2020). Neither of these decisions have any bearing on the instant case.
Rather, they simply reinforce the existing law that makes attorney’s fees

                                      6
reciprocal. Neither case involves the situation where, as here, a lender
seeks to recover attorney’s fees it incurred in a previous foreclosure action
in order to reinstate a mortgage pursuant to an agreed provision of a
contract.

   In sum, we conclude the trial court correctly found that the law firm
did not violate the FCCPA and correctly entered final summary judgment
in favor of the law firm. 3 Because we affirm the direct appeal, the law
firm’s conditional cross-appeal is rendered moot and dismissed. See
Zodiac Grp., Inc. v.

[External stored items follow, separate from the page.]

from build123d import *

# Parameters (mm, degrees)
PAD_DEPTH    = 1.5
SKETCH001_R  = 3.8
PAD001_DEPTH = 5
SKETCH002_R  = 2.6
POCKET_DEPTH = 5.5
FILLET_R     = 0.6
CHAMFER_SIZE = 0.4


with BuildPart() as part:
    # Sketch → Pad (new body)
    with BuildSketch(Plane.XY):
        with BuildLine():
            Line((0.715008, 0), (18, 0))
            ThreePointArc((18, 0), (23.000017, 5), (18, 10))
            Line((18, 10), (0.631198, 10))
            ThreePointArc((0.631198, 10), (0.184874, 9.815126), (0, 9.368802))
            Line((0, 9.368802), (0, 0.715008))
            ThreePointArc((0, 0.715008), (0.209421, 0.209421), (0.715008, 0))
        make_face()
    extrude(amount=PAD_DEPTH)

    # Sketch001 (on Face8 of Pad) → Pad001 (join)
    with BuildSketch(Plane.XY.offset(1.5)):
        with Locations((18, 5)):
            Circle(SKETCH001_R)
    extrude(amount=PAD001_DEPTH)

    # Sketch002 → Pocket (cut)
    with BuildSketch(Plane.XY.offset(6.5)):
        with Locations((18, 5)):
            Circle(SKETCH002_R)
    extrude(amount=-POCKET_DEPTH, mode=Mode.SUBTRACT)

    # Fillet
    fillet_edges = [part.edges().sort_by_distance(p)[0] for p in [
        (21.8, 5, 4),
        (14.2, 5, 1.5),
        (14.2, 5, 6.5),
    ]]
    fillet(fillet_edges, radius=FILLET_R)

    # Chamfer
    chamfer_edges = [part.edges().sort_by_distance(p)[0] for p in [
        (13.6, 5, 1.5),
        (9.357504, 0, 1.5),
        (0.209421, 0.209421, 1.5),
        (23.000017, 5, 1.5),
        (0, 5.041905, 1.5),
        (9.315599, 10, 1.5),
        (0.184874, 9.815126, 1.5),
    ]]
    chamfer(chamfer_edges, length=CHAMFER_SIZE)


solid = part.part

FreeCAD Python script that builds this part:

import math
import FreeCAD as App
import Part
import Sketcher
from FreeCAD import Vector


def edges_at(feature, points):
    """Names of the edges that pass closest to the given points."""
    edges = feature.Shape.Edges
    near = lambda p: min(range(len(edges)), key=lambda i: edges[i].distToShape(Part.Vertex(*p))[0])
    return sorted({f"Edge{near(p) + 1}" for p in points})

doc = App.newDocument("Part")
params = doc.addObject("Spreadsheet::Sheet", "Params")
for row, (alias, value) in enumerate([
    ("sketch1_radius", "5 mm"),
    ("pad1_length", "1.5 mm"),
    ("sketch2_diameter", "7.6 mm"),
    ("pad2_length", "5 mm"),
    ("sketch3_diameter", "5.2 mm"),
    ("pocket1_length", "5.5 mm"),
    ("fillet_radius", "0.6 mm"),
    ("chamfer_size", "0.4 mm"),
], start=1):
    params.set(f"A{row}", alias)
    params.set(f"B{row}", "=" + value)
    params.setAlias(f"B{row}", alias)

body = doc.addObject("PartDesign::Body", "Body")

sketch1 = doc.addObject("Sketcher::SketchObject", "Sketch")
body.addObject(sketch1)
sketch1.AttachmentSupport = (doc.XY_Plane, [""])
sketch1.MapMode = "FlatFace"
sketch1.addGeometry([
    Part.LineSegment(Vector(0.7, 0, 0), Vector(18, 0, 0)),
    Part.ArcOfCircle(Part.Circle(Vector(18, 5, 0), Vector(0, 0, 1), 5), math.radians(-90), math.radians(90)),
    Part.LineSegment(Vector(18, 10, 0), Vector(0.6, 10, 0)),
    Part.ArcOfCircle(Part.Circle(Vector(0.6, 9.4, 0), Vector(0, 0, 1), 0.6), math.radians(90), math.radians(180)),
    Part.LineSegment(Vector(0, 9.4, 0), Vector(0, 0.7, 0)),
    Part.ArcOfCircle(Part.Circle(Vector(0.7, 0.7, 0), Vector(0, 0, 1), 0.7), math.radians(-180), math.radians(-90)),
], False)
sketch1.addConstraint([
    Sketcher.Constraint("Coincident", 0, 2, 1, 1),
    Sketcher.Constraint("Coincident", 1, 2, 2, 1),
    Sketcher.Constraint("Coincident", 2, 2, 3, 1),
    Sketcher.Constraint("Coincident", 3, 2, 4, 1),
    Sketcher.Constraint("Tangent", 4, 2, 5, 1),
    Sketcher.Constraint("Tangent", 5, 2, 0, 1),
    Sketcher.Constraint("Horizontal", 0),
    Sketcher.Constraint("Horizontal", 2),
    Sketcher.Constraint("Vertical", 4),
    Sketcher.Constraint("PointOnObject", 0, 2, -1),
    Sketcher.Constraint("PointOnObject", 3, 2, -2),
    Sketcher.Constraint("Vertical", 0, 2, 1, 2),
    Sketcher.Constraint("Vertical", 3, 3, 2, 2),
    Sketcher.Constraint("Radius", 1, 5.0),
    Sketcher.Constraint("DistanceX", -1, 1, 0, 2, 18.0),
    Sketcher.Constraint("Radius", 3, 0.631199),
    Sketcher.Constraint("Radius", 5, 0.715008),
    Sketcher.Constraint("DistanceY", 4, 2, 4, 1, 8.653794),
    Sketcher.Constraint("DistanceX", 5, 3, 1, 3, 17.285009),
])
sketch1.setExpression("Constraints[13]", "Params.sketch1_radius")
pad1 = doc.addObject("PartDesign::Pad", "Pad")
body.addObject(pad1)
pad1.Profile = sketch1
pad1.setExpression("Length", "Params.pad1_length")

sketch2 = doc.addObject("Sketcher::SketchObject", "Sketch001")
body.addObject(sketch2)
sketch2.AttachmentSupport = (doc.XY_Plane, [""])
sketch2.MapMode = "FlatFace"
sketch2.AttachmentOffset = App.Placement(Vector(0, 0, 1.5), App.Rotation())
sketch2.addGeometry(Part.Circle(Vector(18, 5, 0), Vector(0, 0, 1), 3.8), False)
sketch2.addConstraint([
    Sketcher.Constraint("Diameter", 0, 7.6),
    Sketcher.Constraint("DistanceX", -1, 1, 0, 3, 18.0),
    Sketcher.Constraint("DistanceY", -1, 1, 0, 3, 5.0),
])
sketch2.setExpression("Constraints[0]", "Params.sketch2_diameter")
pad2 = doc.addObject("PartDesign::Pad", "Pad001")
body.addObject(pad2)
pad2.Profile = sketch2
pad2.setExpression("Length", "Params.pad2_length")

sketch3 = doc.addObject("Sketcher::SketchObject", "Sketch002")
body.addObject(sketch3)
sketch3.AttachmentSupport = (doc.XY_Plane, [""])
sketch3.MapMode = "FlatFace"
sketch3.AttachmentOffset = App.Placement(Vector(0, 0, 6.5), App.Rotation())
sketch3.addGeometry(Part.Circle(Vector(18, 5, 0), Vector(0, 0, 1), 2.6), False)
sketch3.addConstraint([
    Sketcher.Constraint("Diameter", 0, 5.2),
    Sketcher.Constraint("DistanceX", -1, 1, 0, 3, 18.0),
    Sketcher.Constraint("DistanceY", -1, 1, 0, 3, 5.0),
])
sketch3.setExpression("Constraints[0]", "Params.sketch3_diameter")
pocket1 = doc.addObject("PartDesign::Pocket", "Pocket")
body.addObject(pocket1)
pocket1.Profile = sketch3
pocket1.setExpression("Length", "Params.pocket1_length")
doc.recompute()

fillet = doc.addObject("PartDesign::Fillet", "Fillet")
body.addObject(fillet)
fillet.Base = (pocket1, edges_at(pocket1, [(21.8, 5, 4), (14.2, 5, 1.5), (14.2, 5, 6.5)]))
fillet.setExpression("Radius", "Params.fillet_radius")
doc.recompute()

chamfer = doc.addObject("PartDesign::Chamfer", "Chamfer")
body.addObject(chamfer)
chamfer.Base = (fillet, edges_at(fillet, [
    (13.6, 5, 1.5),
    (9.358, 0, 1.5),
    (0.209, 0.209, 1.5),
    (23, 5, 1.5),
    (0, 5.042, 1.5),
    (9.316, 10, 1.5),
    (0.185, 9.815, 1.5),
]))
chamfer.setExpression("Size", "Params.chamfer_size")

doc.recompute()
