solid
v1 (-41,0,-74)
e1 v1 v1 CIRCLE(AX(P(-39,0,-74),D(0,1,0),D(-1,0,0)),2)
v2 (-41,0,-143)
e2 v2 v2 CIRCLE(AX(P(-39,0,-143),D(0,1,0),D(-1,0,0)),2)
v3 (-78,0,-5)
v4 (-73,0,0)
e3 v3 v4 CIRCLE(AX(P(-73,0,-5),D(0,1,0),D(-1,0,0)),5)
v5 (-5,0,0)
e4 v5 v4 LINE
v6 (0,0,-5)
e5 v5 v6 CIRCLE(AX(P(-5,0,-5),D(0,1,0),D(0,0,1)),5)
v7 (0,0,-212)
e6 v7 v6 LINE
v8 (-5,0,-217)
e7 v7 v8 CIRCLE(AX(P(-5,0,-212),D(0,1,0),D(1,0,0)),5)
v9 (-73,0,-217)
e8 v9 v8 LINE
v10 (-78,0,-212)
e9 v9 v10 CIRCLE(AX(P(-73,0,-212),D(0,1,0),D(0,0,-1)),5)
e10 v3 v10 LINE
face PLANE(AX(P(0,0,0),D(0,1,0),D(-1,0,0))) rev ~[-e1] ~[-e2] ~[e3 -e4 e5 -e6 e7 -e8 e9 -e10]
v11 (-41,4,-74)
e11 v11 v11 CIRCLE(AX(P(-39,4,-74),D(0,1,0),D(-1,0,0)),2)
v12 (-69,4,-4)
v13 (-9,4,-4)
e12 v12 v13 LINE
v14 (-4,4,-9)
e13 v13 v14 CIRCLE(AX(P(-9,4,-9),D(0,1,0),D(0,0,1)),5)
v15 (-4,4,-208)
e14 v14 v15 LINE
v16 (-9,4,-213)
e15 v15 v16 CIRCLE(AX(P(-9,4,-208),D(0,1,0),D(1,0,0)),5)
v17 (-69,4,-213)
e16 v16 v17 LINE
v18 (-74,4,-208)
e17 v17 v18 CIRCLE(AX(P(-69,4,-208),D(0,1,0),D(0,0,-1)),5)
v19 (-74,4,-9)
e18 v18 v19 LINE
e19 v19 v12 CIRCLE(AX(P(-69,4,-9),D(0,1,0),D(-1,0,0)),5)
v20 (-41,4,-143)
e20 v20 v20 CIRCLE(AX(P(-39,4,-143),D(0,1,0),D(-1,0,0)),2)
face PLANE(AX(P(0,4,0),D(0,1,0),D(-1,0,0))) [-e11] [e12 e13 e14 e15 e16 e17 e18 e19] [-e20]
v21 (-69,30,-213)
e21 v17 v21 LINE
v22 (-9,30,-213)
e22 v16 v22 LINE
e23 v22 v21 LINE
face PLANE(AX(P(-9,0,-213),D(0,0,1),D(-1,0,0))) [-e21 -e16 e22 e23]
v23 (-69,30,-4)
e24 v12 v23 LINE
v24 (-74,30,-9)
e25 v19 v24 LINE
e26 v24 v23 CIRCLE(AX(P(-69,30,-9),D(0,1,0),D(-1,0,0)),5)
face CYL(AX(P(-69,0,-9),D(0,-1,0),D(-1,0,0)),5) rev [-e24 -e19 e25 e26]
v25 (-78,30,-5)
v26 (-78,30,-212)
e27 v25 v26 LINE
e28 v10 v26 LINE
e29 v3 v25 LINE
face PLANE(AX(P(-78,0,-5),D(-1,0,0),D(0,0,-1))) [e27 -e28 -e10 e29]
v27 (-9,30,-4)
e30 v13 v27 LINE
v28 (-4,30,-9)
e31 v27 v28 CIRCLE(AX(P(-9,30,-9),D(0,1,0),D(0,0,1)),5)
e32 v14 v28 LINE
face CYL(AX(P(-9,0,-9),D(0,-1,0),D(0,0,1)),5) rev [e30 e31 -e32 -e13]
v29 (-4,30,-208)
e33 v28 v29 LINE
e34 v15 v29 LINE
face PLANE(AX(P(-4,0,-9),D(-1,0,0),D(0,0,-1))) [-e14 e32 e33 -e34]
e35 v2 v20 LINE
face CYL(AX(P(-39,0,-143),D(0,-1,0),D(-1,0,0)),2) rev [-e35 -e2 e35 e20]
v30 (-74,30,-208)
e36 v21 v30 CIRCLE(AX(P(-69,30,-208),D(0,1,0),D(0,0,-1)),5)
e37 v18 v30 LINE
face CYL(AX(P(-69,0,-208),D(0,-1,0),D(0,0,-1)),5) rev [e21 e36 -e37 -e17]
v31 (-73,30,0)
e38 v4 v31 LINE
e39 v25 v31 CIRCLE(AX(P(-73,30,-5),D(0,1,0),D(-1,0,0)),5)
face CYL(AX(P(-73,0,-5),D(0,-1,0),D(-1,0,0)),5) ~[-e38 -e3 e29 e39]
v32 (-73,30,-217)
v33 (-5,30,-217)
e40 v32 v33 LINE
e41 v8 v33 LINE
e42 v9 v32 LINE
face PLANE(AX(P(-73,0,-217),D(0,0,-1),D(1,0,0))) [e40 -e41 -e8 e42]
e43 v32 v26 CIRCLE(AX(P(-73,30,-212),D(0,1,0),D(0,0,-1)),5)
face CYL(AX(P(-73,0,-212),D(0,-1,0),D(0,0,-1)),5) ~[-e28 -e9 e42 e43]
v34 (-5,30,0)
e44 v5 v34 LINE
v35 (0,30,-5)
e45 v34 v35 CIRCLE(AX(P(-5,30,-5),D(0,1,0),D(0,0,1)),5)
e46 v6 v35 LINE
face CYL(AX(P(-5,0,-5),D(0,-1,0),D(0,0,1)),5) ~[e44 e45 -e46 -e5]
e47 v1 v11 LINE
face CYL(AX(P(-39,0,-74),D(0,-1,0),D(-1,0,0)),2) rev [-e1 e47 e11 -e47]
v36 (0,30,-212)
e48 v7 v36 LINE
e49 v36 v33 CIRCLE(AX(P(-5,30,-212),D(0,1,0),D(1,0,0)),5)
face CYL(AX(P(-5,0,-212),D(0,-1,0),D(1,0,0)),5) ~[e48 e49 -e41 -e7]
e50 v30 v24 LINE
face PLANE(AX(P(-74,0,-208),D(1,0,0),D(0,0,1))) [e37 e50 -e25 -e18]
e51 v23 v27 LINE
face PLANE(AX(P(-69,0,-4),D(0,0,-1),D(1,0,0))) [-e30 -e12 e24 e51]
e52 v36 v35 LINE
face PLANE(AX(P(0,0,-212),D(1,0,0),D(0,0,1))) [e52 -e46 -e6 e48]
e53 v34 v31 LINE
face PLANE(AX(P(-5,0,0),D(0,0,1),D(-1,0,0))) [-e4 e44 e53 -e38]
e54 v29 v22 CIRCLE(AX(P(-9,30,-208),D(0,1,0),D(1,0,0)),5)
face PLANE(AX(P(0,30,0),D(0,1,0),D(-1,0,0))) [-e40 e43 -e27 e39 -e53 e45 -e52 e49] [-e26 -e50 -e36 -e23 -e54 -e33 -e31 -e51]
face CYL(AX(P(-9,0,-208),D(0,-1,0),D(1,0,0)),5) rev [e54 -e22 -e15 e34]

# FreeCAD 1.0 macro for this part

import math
import FreeCAD as App
import Part
import Sketcher
from FreeCAD import Vector
Q = App.Units.Quantity

doc = App.newDocument("Part")
body = doc.addObject("PartDesign::Body", "Body")

# Sketch on XZ plane
sketch1 = body.newObject("Sketcher::SketchObject", "Sketch")
sketch1.AttachmentSupport = (doc.getObject("XZ_Plane"), [""])
sketch1.MapMode = "FlatFace"
sketch1.addGeometry([
    Part.LineSegment(Vector(-73, 0, 0), Vector(-5, 0, 0)),  # 0
    Part.ArcOfCircle(Part.Circle(Vector(-5, -5, 0), Vector(0, 0, 1), 5), math.radians(0), math.radians(90)),  # 1
    Part.LineSegment(Vector(0, -5, 0), Vector(0, -212, 0)),  # 2
    Part.ArcOfCircle(Part.Circle(Vector(-5, -212, 0), Vector(0, 0, 1), 5), math.radians(-90), math.radians(0)),  # 3
    Part.LineSegment(Vector(-5, -217, 0), Vector(-73, -217, 0)),  # 4
    Part.ArcOfCircle(Part.Circle(Vector(-73, -212, 0), Vector(0, 0, 1), 5), math.radians(180), math.radians(270)),  # 5
    Part.LineSegment(Vector(-78, -212, 0), Vector(-78, -5, 0)),  # 6
    Part.ArcOfCircle(Part.Circle(Vector(-73, -5, 0), Vector(0, 0, 1), 5), math.radians(90), math.radians(180)),  # 7
    Part.LineSegment(Vector(-9, -4, 0), Vector(-69, -4, 0)),  # 8
    Part.ArcOfCircle(Part.Circle(Vector(-69, -9, 0), Vector(0, 0, 1), 5), math.radians(90), math.radians(180)),  # 9
    Part.LineSegment(Vector(-74, -9, 0), Vector(-74, -208, 0)),  # 10
    Part.ArcOfCircle(Part.Circle(Vector(-69, -208, 0), Vector(0, 0, 1), 5), math.radians(180), math.radians(270)),  # 11
    Part.LineSegment(Vector(-69, -213, 0), Vector(-9, -213, 0)),  # 12
    Part.ArcOfCircle(Part.Circle(Vector(-9, -208, 0), Vector(0, 0, 1), 5), math.radians(-90), math.radians(0)),  # 13
    Part.LineSegment(Vector(-4, -208, 0), Vector(-4, -9, 0)),  # 14
    Part.ArcOfCircle(Part.Circle(Vector(-9, -9, 0), Vector(0, 0, 1), 5), math.radians(0), math.radians(90)),  # 15
], False)
sketch1.addConstraint([
    Sketcher.Constraint("Tangent", 0, 2, 1, 2),
    Sketcher.Constraint("Tangent", 1, 1, 2, 1),
    Sketcher.Constraint("Tangent", 2, 2, 3, 2),
    Sketcher.Constraint("Tangent", 3, 1, 4, 1),
    Sketcher.Constraint("Tangent", 4, 2, 5, 2),
    Sketcher.Constraint("Tangent", 5, 1, 6, 1),
    Sketcher.Constraint("Tangent", 6, 2, 7, 2),
    Sketcher.Constraint("Tangent", 7, 1, 0, 1),
    Sketcher.Constraint("Tangent", 8, 2, 9, 1),
    Sketcher.Constraint("Tangent", 9, 2, 10, 1),
    Sketcher.Constraint("Tangent", 10, 2, 11, 1),
    Sketcher.Constraint("Tangent", 11, 2, 12, 1),
    Sketcher.Constraint("Tangent", 12, 2, 13, 1),
    Sketcher.Constraint("Tangent", 13, 2, 14, 1),
    Sketcher.Constraint("Tangent", 14, 2, 15, 1),
    Sketcher.Constraint("Tangent", 15, 2, 8, 1),
    Sketcher.Constraint("Horizontal", 0),
    Sketcher.Constraint("Vertical", 2),
    Sketcher.Constraint("Horizontal", 4),
    Sketcher.Constraint("Vertical", 6),
    Sketcher.Constraint("Horizontal", 8),
    Sketcher.Constraint("Vertical", 10),
    Sketcher.Constraint("Horizontal", 12),
    Sketcher.Constraint("Vertical", 14),
    Sketcher.Constraint("Equal", 1, 3),
    Sketcher.Constraint("Equal", 3, 5),
    Sketcher.Constraint("Equal", 5, 7),
    Sketcher.Constraint("Equal", 7, 9),
    Sketcher.Constraint("Equal", 9, 11),
    Sketcher.Constraint("Equal", 11, 13),
    Sketcher.Constraint("Equal", 13, 15),
    Sketcher.Constraint("PointOnObject", 0, 2, -1),
    Sketcher.Constraint("PointOnObject", 1, 1, -2),
    Sketcher.Constraint("Radius", 1, Q("5 mm")),
    Sketcher.Constraint("DistanceX", 9, 3, -1, 1, Q("69 mm")),
    Sketcher.Constraint("DistanceY", 3, 1, -1, 1, Q("217 mm")),
    Sketcher.Constraint("DistanceX", 5, 1, -1, 1, Q("78 mm")),
    Sketcher.Constraint("DistanceY", 8, 2, -1, 1, Q("4 mm")),
    Sketcher.Constraint("DistanceX", 13, 2, -1, 1, Q("4 mm")),
    Sketcher.Constraint("DistanceY", 5, 3, 11, 3, Q("4 mm")),
])
pad1 = body.newObject("PartDesign::Pad", "Pad")
pad1.Profile = sketch1
pad1.Length = 30
pad1.Reversed = True

# Sketch on XZ plane
sketch2 = body.newObject("Sketcher::SketchObject", "Sketch001")
sketch2.AttachmentSupport = (doc.getObject("XZ_Plane"), [""])
sketch2.MapMode = "FlatFace"
sketch2.addGeometry([
    Part.ArcOfCircle(Part.Circle(Vector(-69, -9, 0), Vector(0, 0, 1), 5), math.radians(90), math.radians(180)),  # 0
    Part.LineSegment(Vector(-69, -4, 0), Vector(-9, -4, 0)),  # 1
    Part.ArcOfCircle(Part.Circle(Vector(-9, -9, 0), Vector(0, 0, 1), 5), math.radians(0), math.radians(90)),  # 2
    Part.LineSegment(Vector(-4, -9, 0), Vector(-4, -208, 0)),  # 3
    Part.ArcOfCircle(Part.Circle(Vector(-9, -208, 0), Vector(0, 0, 1), 5), math.radians(-90), math.radians(0)),  # 4
    Part.LineSegment(Vector(-9, -213, 0), Vector(-69, -213, 0)),  # 5
    Part.ArcOfCircle(Part.Circle(Vector(-69, -208, 0), Vector(0, 0, 1), 5), math.radians(180), math.radians(270)),  # 6
    Part.LineSegment(Vector(-74, -208, 0), Vector(-74, -9, 0)),  # 7
], False)
sketch2.addConstraint([
    Sketcher.Constraint("Tangent", 0, 1, 1, 1),
    Sketcher.Constraint("Tangent", 1, 2, 2, 2),
    Sketcher.Constraint("Tangent", 2, 1, 3, 1),
    Sketcher.Constraint("Tangent", 3, 2, 4, 2),
    Sketcher.Constraint("Tangent", 4, 1, 5, 1),
    Sketcher.Constraint("Tangent", 5, 2, 6, 2),
    Sketcher.Constraint("Tangent", 6, 1, 7, 1),
    Sketcher.Constraint("Tangent", 7, 2, 0, 2),
    Sketcher.Constraint("Horizontal", 1),
    Sketcher.Constraint("Vertical", 3),
    Sketcher.Constraint("Horizontal", 5),
    Sketcher.Constraint("Vertical", 7),
    Sketcher.Constraint("Equal", 0, 2),
    Sketcher.Constraint("Equal", 2, 4),
    Sketcher.Constraint("Equal", 4, 6),
    Sketcher.Constraint("Radius", 0, Q("5 mm")),
    Sketcher.Constraint("DistanceX", 0, 3, -1, 1, Q("69 mm")),
    Sketcher.Constraint("DistanceY", 0, 1, -1, 1, Q("4 mm")),
    Sketcher.Constraint("DistanceX", 2, 1, -1, 1, Q("4 mm")),
    Sketcher.Constraint("DistanceY", 3, 2, 3, 1, Q("199 mm")),
])
pad2 = body.newObject("PartDesign::Pad", "Pad001")
pad2.Profile = sketch2
pad2.Length = 4
pad2.Reversed = True

# Sketch on XZ plane
sketch3 = body.newObject("Sketcher::SketchObject", "Sketch002")
sketch3.AttachmentSupport = (doc.getObject("XZ_Plane"), [""])
sketch3.MapMode = "FlatFace"
sketch3.addGeometry([
    Part.Circle(Vector(-39, -143, 0), Vector(0, 0, 1), 2),
    Part.Circle(Vector(-39, -74, 0), Vector(0, 0, 1), 2),
], False)
sketch3.addConstraint([
    Sketcher.Constraint("Equal", 0, 1),
    Sketcher.Constraint("Vertical", 0, 3, 1, 3),
    Sketcher.Constraint("Diameter", 0, Q("4 mm")),
    Sketcher.Constraint("DistanceY", 0, 3, 1, 3, Q("69 mm")),
    Sketcher.Constraint("DistanceX", 0, 3, -1, 1, Q("39 mm")),
    Sketcher.Constraint("DistanceY", 0, 3, -1, 1, Q("143 mm")),
])
pocket1 = body.newObject("PartDesign::Pocket", "Pocket")
pocket1.Profile = sketch3
pocket1.Length = 4

doc.recompute()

GrayRobinson, P.A., 224 So. 3d 333, 334 (Fla. 3d DCA
2017).

  Affirmed as to the direct appeal; dismissed as to the conditional cross-
appeal.

WARNER and KLINGENSMITH, JJ., concur.

                             *         *         *

    Not final until disposition of timely filed motion for rehearing.

3 Because we find no violation of the FCCPA, we also affirm the entry of final
judgment based on lack of standing. As the trial court stated, because the
borrower “no longer has a valid claim against [the law firm], he has no standing
to continue this case either individually or as a class representative.”